Transcribe only the part of the listing below that begins at the line containing "#56=ORIENTED_EDGE('',*,*,#44,.T.);" and runs to its final line, keeping both ends.
= = = = =
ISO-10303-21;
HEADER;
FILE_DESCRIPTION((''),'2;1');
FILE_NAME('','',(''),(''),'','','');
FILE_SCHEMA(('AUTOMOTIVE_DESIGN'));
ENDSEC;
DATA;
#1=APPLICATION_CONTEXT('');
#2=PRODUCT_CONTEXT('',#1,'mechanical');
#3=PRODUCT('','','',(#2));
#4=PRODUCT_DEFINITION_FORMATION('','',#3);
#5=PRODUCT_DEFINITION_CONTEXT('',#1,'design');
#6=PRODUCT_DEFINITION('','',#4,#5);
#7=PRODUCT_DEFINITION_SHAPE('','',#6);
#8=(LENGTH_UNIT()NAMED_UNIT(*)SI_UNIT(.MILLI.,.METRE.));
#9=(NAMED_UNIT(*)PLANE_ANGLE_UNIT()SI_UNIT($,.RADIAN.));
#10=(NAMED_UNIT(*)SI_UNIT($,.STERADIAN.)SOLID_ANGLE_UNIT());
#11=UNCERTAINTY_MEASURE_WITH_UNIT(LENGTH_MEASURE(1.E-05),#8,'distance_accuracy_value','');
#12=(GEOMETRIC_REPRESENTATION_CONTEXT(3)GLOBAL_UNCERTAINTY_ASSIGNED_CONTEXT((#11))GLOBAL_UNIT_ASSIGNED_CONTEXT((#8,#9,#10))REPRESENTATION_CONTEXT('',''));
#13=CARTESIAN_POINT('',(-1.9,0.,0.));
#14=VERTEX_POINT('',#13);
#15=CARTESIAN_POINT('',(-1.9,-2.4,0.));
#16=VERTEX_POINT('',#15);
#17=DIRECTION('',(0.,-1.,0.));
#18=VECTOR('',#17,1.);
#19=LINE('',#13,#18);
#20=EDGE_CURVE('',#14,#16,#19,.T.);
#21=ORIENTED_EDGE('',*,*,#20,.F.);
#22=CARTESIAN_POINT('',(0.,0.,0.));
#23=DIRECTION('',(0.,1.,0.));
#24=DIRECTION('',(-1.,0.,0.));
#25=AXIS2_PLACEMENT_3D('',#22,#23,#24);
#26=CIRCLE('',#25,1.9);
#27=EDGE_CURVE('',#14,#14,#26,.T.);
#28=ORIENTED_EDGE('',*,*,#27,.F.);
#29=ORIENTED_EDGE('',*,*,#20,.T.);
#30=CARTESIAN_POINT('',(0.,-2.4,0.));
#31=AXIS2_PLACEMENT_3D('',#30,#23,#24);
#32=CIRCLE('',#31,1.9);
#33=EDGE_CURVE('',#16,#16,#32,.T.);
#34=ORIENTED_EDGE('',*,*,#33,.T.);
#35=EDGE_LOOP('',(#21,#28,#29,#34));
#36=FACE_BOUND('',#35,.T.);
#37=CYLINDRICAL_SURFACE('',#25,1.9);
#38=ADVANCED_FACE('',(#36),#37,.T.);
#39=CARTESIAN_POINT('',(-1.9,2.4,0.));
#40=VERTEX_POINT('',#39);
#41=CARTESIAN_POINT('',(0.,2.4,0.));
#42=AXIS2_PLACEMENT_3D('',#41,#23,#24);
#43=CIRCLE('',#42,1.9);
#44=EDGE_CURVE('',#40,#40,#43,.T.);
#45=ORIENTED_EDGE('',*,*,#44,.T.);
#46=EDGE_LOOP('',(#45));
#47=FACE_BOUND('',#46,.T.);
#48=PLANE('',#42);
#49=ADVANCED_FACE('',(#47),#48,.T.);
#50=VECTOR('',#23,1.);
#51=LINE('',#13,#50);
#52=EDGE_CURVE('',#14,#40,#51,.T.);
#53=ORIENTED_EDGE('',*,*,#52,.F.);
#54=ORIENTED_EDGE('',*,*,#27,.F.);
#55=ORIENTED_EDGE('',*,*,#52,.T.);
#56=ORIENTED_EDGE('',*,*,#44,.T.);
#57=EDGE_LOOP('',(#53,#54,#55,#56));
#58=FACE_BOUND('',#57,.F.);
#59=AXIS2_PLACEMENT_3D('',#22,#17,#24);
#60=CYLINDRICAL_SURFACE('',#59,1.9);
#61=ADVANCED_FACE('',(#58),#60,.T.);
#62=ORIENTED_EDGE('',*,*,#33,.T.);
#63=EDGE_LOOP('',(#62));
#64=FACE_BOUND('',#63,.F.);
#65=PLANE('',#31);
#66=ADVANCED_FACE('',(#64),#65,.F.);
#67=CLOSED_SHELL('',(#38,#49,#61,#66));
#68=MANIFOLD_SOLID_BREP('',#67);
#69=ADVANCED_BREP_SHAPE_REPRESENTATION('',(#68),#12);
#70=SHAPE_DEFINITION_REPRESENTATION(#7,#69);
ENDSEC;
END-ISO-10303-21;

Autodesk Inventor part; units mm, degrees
ref_plane "YZ Plane" through (0, 0, 0) normal (1, 0, 0) x (0, 1, 0)
ref_plane "XY Plane" through (0, 0, 0) normal (0, 0, 1) x (1, 0, 0)
sketch "Эскиз1" plane through (0, 0, 0) normal (0, 1, 0) x (-1, 0, 0)
  circle A0 centre (0, 0) radius 1.9
  dimension "d0" = 3.8
extrude "Выдавливание1" add sketch "Эскиз1" along normal mid plane 4.8
properties part number "пимпка"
= = = = =
_ANSWER SECTION_
#56=ORIENTED_EDGE('',*,*,#44,.T.);
#57=EDGE_LOOP('',(#53,#54,#55,#56));
#58=FACE_BOUND('',#57,.F.);
#59=AXIS2_PLACEMENT_3D('',#22,#17,#24);
#60=CYLINDRICAL_SURFACE('',#59,1.9);
#61=ADVANCED_FACE('',(#58),#60,.T.);
#62=ORIENTED_EDGE('',*,*,#33,.T.);
#63=EDGE_LOOP('',(#62));
#64=FACE_BOUND('',#63,.F.);
#65=PLANE('',#31);
#66=ADVANCED_FACE('',(#64),#65,.F.);
#67=CLOSED_SHELL('',(#38,#49,#61,#66));
#68=MANIFOLD_SOLID_BREP('',#67);
#69=ADVANCED_BREP_SHAPE_REPRESENTATION('',(#68),#12);
#70=SHAPE_DEFINITION_REPRESENTATION(#7,#69);
ENDSEC;
END-ISO-10303-21;

Autodesk Inventor part; units mm, degrees
ref_plane "YZ Plane" through (0, 0, 0) normal (1, 0, 0) x (0, 1, 0)
ref_plane "XY Plane" through (0, 0, 0) normal (0, 0, 1) x (1, 0, 0)
sketch "Эскиз1" plane through (0, 0, 0) normal (0, 1, 0) x (-1, 0, 0)
  circle A0 centre (0, 0) radius 1.9
  dimension "d0" = 3.8
extrude "Выдавливание1" add sketch "Эскиз1" along normal mid plane 4.8
properties part number "пимпка"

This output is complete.